Curr Diab Rep. 2013 Apr;13(2):289-97. doi: 10.1007/s11892-012-0355-7.
Diabetes is associated with increased risk for eating disorders; with different types of eating disorders associating with different types of diabetes. Binge eating disorders show increased prevalence among individuals with type 2 diabetes (T2DM). Intentional omission of insulin for the purpose of inducing weight loss presents among individuals with type 1 (T1DM). Similarly, some individuals with T2DM intentionally omit oral hypoglycemic drugs, resulting in poor glycemic control, and weight loss. Common dominators for the development of eating disorders in T1DM and T2DM are female gender, increased body weight, body dissatisfaction, a history of dieting, and a history of depression. Patients tend to deny the existence of the problem. Clinical signs that should raise suspicion are: poor glycemic control, missed clinical appointments, recurrent episodes of diabetes ketoacidosis, recurrent hypoglycemia secondary to intentional overdose, poor self-esteem, and dietary manipulation. Eating disorders are associated with poorer glycemic control, and therefore increased risk of diabetes associated comorbidities.
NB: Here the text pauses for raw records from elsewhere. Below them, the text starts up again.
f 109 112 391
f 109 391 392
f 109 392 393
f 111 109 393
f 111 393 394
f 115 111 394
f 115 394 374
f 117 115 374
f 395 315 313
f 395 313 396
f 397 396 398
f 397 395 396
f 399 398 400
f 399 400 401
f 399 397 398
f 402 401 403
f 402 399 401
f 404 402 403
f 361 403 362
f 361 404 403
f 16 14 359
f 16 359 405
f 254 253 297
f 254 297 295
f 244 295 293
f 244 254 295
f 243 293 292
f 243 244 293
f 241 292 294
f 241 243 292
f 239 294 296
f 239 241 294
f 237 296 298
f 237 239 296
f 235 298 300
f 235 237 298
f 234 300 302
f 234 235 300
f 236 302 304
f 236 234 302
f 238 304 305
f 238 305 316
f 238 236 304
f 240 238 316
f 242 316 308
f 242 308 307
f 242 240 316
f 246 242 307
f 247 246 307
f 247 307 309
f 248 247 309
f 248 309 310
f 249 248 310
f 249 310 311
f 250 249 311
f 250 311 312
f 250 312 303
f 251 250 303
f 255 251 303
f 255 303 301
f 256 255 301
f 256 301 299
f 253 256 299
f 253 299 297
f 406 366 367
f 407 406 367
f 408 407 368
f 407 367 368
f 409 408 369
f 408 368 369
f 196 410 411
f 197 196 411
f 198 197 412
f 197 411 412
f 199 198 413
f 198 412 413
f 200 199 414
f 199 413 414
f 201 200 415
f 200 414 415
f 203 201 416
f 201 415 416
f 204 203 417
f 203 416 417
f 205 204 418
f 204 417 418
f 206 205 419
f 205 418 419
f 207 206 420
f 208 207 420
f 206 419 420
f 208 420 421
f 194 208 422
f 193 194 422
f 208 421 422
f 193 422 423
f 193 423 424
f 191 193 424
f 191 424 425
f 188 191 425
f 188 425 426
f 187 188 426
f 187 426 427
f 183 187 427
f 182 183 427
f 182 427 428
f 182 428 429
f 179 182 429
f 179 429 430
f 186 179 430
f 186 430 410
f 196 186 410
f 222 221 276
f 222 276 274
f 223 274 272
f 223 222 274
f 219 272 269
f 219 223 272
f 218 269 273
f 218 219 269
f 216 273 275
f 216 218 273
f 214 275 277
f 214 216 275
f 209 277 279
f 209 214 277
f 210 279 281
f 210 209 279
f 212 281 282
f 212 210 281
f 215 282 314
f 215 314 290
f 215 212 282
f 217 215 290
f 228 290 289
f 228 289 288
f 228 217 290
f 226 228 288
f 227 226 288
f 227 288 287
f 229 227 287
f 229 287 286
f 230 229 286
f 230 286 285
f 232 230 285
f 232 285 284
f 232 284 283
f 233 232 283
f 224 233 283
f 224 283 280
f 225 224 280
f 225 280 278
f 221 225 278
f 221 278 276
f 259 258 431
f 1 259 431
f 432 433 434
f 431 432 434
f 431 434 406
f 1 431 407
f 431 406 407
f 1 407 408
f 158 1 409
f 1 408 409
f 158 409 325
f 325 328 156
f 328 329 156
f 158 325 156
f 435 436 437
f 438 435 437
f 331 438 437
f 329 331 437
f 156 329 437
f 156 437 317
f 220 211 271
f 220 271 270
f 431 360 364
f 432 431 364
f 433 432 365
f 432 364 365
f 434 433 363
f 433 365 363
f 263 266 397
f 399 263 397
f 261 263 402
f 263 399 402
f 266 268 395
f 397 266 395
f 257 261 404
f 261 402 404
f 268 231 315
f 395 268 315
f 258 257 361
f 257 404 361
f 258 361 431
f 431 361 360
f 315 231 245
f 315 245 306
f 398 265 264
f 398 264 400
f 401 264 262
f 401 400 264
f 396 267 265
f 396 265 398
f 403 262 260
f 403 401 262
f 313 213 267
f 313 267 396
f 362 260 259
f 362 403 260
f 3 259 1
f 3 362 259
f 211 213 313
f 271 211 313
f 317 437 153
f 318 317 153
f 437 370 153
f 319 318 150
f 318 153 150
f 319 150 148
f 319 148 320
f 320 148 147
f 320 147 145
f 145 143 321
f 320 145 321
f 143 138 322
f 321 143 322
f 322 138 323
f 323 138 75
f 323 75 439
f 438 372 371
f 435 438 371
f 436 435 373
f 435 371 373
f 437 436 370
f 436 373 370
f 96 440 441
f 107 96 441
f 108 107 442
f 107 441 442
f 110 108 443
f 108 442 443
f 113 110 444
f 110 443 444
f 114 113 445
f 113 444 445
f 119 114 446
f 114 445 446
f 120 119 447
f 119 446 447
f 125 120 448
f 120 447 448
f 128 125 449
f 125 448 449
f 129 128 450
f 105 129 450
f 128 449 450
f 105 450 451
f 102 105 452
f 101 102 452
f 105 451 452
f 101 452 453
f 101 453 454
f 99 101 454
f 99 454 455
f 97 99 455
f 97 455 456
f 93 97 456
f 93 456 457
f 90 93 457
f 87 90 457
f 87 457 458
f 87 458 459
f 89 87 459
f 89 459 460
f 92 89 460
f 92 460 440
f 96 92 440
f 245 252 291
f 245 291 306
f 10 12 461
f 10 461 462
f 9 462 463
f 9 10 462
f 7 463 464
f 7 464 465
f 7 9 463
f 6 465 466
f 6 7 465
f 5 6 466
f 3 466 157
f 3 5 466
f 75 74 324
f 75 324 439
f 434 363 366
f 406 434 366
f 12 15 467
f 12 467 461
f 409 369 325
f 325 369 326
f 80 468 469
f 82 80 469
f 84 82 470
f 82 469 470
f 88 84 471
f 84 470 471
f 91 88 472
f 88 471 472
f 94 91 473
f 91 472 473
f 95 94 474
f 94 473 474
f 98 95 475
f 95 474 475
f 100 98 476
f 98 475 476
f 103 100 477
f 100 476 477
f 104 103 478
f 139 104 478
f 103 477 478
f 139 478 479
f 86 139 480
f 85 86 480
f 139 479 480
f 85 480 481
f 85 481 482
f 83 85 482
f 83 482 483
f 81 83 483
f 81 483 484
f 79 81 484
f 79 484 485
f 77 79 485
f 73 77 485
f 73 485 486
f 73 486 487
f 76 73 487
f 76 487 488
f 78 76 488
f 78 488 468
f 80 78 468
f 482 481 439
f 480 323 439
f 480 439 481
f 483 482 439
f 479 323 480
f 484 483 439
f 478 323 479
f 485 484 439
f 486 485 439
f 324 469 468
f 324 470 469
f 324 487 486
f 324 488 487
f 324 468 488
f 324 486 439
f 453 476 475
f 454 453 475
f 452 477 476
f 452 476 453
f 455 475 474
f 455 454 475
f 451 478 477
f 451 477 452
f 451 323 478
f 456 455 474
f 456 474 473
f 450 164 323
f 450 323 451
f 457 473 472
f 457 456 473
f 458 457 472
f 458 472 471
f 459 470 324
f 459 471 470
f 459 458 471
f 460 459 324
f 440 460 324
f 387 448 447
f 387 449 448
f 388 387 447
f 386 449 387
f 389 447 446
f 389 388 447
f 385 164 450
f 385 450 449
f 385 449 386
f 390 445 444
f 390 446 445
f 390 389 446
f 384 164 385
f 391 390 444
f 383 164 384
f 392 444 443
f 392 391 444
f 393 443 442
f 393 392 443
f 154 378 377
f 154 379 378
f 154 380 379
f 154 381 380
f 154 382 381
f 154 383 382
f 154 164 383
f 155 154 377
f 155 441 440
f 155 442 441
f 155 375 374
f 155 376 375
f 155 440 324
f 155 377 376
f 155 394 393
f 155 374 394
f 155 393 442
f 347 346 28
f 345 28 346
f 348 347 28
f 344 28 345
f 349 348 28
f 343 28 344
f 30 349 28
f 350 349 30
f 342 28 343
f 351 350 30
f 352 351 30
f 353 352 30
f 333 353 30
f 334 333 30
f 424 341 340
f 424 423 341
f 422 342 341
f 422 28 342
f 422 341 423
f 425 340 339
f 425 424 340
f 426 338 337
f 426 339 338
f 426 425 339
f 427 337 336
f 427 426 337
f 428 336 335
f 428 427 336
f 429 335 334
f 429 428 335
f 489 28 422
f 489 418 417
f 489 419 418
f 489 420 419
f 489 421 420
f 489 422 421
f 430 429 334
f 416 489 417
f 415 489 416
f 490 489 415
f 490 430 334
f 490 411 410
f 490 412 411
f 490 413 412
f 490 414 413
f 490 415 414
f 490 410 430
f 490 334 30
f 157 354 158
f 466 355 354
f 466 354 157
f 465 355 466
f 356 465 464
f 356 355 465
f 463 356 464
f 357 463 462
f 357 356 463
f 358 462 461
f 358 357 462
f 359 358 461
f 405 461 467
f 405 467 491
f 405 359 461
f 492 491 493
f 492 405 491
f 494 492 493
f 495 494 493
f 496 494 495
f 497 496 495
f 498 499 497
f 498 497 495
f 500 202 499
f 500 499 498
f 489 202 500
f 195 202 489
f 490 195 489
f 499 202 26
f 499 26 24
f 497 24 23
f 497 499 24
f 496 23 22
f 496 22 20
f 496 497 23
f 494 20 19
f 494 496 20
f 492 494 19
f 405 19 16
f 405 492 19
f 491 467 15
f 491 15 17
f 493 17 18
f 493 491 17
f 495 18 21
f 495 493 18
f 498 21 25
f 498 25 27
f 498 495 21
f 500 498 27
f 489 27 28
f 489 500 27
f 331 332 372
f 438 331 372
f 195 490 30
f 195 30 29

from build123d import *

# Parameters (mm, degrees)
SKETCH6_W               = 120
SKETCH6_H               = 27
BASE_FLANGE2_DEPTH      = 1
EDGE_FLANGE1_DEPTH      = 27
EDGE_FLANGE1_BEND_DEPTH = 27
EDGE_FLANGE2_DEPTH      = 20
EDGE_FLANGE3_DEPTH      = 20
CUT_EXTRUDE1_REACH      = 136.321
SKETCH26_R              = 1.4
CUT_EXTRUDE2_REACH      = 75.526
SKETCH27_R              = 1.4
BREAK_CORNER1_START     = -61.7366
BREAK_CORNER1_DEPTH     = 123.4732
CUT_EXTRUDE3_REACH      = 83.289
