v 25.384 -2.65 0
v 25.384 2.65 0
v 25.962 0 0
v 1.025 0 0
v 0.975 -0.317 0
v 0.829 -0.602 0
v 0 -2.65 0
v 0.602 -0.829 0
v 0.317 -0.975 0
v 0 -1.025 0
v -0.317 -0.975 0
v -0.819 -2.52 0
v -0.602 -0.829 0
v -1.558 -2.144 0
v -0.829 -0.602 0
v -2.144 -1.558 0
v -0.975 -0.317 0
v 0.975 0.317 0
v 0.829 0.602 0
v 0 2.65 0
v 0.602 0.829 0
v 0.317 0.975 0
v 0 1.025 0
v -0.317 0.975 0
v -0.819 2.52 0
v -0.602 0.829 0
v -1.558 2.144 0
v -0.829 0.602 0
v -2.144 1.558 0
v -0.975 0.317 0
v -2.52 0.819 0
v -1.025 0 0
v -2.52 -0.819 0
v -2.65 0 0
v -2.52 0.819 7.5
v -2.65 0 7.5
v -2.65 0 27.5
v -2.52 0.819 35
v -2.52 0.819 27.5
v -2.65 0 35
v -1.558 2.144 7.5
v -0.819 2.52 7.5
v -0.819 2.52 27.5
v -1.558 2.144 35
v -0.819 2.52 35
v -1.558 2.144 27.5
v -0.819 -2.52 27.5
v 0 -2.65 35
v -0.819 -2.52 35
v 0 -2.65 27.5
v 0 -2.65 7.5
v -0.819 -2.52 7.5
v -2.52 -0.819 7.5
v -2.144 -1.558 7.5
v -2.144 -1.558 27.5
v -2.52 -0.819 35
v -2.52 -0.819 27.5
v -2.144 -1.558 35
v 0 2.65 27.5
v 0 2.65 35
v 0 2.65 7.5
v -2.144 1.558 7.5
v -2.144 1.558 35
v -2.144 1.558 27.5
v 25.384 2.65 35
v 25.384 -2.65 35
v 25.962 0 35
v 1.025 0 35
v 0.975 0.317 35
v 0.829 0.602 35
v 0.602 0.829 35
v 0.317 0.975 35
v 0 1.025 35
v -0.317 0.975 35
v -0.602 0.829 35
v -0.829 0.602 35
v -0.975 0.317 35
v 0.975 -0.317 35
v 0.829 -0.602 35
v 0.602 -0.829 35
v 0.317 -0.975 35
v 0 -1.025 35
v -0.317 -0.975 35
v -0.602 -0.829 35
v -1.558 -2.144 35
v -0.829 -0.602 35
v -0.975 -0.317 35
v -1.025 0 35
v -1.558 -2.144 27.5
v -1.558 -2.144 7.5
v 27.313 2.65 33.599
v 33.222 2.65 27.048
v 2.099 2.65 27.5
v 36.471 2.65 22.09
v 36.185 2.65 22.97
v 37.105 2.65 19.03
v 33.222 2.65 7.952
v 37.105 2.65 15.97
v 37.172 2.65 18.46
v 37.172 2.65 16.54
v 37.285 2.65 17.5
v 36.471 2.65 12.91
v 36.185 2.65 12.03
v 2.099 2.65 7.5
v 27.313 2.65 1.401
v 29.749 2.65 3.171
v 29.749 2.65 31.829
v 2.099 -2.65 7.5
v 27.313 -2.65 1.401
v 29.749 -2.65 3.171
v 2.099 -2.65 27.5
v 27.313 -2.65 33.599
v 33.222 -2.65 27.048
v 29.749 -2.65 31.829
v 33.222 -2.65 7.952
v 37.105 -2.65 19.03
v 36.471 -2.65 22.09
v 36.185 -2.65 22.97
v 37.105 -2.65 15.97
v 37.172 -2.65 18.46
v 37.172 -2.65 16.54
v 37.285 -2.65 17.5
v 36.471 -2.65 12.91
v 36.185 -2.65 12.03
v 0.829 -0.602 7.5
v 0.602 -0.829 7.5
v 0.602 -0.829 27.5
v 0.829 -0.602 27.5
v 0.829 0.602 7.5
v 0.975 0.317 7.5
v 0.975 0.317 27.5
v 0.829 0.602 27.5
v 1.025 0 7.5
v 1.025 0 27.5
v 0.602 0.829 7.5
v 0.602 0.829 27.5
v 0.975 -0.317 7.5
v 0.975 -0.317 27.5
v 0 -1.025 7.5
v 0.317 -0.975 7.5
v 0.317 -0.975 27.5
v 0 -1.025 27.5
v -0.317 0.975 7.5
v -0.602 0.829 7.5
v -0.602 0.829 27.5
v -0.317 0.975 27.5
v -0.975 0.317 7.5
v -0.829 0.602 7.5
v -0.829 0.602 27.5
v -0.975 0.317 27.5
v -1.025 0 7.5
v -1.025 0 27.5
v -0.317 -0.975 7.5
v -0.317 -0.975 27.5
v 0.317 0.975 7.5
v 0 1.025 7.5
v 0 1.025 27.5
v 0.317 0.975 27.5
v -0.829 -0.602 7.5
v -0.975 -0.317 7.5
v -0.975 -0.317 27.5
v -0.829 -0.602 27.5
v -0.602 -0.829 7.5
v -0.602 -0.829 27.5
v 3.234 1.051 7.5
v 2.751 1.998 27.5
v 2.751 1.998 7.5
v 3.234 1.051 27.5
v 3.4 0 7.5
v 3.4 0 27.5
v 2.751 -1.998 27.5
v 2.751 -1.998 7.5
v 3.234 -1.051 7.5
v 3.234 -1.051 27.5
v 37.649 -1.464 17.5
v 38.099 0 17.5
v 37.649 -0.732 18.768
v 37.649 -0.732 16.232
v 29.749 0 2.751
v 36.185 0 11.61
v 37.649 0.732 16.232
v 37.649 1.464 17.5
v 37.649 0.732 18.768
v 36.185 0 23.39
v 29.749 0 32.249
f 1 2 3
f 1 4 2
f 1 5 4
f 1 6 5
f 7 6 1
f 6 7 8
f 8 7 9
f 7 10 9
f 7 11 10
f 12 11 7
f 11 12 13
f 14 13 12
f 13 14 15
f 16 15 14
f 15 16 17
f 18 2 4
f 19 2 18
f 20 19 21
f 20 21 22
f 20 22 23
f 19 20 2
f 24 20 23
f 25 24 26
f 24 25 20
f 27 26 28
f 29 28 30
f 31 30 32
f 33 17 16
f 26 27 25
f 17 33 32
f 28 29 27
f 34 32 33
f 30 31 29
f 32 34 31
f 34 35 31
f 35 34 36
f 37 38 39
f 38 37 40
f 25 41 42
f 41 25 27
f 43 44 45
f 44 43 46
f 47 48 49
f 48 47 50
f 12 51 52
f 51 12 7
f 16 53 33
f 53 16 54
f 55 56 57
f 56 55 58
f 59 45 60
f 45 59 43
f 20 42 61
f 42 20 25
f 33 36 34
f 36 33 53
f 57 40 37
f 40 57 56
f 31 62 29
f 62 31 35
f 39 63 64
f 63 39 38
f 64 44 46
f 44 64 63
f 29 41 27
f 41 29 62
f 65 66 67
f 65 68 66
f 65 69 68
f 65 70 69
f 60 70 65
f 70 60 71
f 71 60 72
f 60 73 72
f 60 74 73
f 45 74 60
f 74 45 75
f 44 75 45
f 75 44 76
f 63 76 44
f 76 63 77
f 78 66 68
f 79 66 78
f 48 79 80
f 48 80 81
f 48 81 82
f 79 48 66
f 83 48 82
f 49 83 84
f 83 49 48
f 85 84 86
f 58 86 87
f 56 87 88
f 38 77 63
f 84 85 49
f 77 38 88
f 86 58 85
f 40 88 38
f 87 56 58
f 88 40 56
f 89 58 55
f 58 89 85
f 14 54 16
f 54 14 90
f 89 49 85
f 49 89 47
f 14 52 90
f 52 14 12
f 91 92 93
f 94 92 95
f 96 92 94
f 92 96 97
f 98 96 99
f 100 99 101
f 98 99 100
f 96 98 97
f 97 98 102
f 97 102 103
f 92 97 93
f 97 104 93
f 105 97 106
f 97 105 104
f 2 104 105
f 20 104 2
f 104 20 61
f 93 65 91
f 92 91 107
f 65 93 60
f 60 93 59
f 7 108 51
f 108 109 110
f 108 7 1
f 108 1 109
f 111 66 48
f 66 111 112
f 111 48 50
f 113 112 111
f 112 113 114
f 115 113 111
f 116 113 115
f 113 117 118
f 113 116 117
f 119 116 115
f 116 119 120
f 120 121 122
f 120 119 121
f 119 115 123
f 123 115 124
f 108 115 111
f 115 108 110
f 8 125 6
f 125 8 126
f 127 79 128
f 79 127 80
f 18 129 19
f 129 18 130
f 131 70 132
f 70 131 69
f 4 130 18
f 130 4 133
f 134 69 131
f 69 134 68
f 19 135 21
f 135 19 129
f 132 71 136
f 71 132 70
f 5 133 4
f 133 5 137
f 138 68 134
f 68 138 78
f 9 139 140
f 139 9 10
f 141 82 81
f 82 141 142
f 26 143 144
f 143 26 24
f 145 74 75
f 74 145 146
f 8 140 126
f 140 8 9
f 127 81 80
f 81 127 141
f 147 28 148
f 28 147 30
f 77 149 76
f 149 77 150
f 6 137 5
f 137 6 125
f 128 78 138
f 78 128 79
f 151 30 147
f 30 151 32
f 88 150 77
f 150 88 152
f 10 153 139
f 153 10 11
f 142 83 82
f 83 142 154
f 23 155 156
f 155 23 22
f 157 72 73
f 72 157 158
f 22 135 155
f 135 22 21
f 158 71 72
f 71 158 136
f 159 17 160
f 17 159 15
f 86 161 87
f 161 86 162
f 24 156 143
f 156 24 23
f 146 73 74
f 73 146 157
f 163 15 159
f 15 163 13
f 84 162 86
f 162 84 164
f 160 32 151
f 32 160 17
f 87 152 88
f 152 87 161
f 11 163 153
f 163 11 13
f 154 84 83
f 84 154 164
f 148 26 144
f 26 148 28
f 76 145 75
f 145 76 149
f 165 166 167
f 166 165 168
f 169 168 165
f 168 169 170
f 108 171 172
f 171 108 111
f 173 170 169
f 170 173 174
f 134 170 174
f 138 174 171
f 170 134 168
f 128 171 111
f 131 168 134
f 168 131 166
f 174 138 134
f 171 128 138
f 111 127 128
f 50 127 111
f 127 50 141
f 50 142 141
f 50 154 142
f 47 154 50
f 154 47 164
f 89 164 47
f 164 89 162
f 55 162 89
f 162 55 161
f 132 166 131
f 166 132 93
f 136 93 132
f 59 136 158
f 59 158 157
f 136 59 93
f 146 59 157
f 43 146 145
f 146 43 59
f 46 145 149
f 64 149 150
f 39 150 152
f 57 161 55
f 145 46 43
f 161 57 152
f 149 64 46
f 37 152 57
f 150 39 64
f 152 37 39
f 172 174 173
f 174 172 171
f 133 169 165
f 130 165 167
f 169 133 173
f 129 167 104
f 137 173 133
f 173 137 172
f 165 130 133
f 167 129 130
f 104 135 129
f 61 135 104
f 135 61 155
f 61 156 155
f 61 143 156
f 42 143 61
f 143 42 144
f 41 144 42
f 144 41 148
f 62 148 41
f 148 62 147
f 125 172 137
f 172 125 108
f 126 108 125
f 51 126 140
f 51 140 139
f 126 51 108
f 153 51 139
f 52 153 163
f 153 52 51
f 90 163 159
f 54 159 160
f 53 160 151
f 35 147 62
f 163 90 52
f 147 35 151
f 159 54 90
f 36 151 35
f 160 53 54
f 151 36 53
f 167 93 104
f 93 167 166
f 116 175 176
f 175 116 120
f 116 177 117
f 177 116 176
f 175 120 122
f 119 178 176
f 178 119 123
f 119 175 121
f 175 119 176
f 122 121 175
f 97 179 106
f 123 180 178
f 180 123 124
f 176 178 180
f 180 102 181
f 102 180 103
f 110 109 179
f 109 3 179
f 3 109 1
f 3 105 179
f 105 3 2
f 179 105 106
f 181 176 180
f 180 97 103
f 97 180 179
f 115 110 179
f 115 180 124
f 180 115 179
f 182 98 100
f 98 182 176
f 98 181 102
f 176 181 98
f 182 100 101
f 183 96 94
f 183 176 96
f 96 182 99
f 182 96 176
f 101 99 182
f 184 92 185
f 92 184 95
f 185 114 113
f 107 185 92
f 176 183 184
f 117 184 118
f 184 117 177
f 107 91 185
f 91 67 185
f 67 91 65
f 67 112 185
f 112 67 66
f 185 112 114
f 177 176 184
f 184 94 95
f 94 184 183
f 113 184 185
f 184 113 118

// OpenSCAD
// file: end.scad
include <belt_configuration.scad>

module end()
{
  difference()
  {
    // main part
    union()
    {
      cylinder(r=belt_thickness / 2, h=belt_height);

      translate([h_width - belt_thickness,0,0])
        cylinder(r=belt_thickness / 2, h=belt_height);

      translate([0, -belt_thickness / 2, 0])
        cube([h_width-belt_thickness, belt_thickness, belt_height]);
    }

    // left pin hole
    translate([0,0,-mo])
      cylinder(r=pin_diameter / 2, h=belt_height + 2 * mo);
  
    // left cut
    translate([0,0, (belt_height - link_depth_height)/2])
      cylinder(r=(belt_thickness+link_tolerance) / 2, h=link_depth_height);
  }
}

end();
// file: belt_configuration.scad
belt_thickness = 5.3;
belt_height = 35;

buckle_thickness = 2;
buckle_length = 30;


cross_width = 25;
h_width = 25;
peak_width = 10;

link_height = 20;

pin_diameter = 2.05;

pin_tolerance = 0.2;

hole_diameter = 3;

link_tolerance = 1.5;
link_depth = pin_diameter + 2*link_tolerance;
link_depth_height = 20;


$fn = 20;
mo = 0.01;
// main file
include<belt_configuration.scad>

use <end.scad>

module peak()
{
  union()
  {
    end();

    translate([peak_width/2,0,belt_height/2])
    rotate([0,90,0])
    intersection()
    {
      intersection_for(n = [1 : 6])
      {
        rotate([0, 0, n * 60])
        {
            translate([10,0,0])
            sphere(r=belt_height);
        }
      }
      translate([-belt_height/2,-belt_thickness/2,0])
      cube([belt_height, belt_thickness, 50]);
    }
  }
}

peak();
糖尿病与饮食失调风险增加相关;不同类型的饮食失调与不同类型的糖尿病相关。暴食障碍在 2 型糖尿病(T2DM)患者中更为常见。为了减肥而故意停用胰岛素在 1 型糖尿病(T1DM)患者中也存在。同样,一些 T2DM 患者故意停用口服降糖药,导致血糖控制不佳和体重减轻。T1DM 和 T2DM 中饮食失调发展的共同主导因素是女性、体重增加、身体不满、节食史和抑郁史。患者往往否认存在这个问题。应该引起怀疑的临床迹象是:血糖控制不佳、错过临床预约、糖尿病酮症酸中毒反复发作、因故意过量服用导致反复发作的低血糖、自尊心差和饮食控制。饮食失调与血糖控制更差相关,因此与糖尿病相关的合并症风险增加。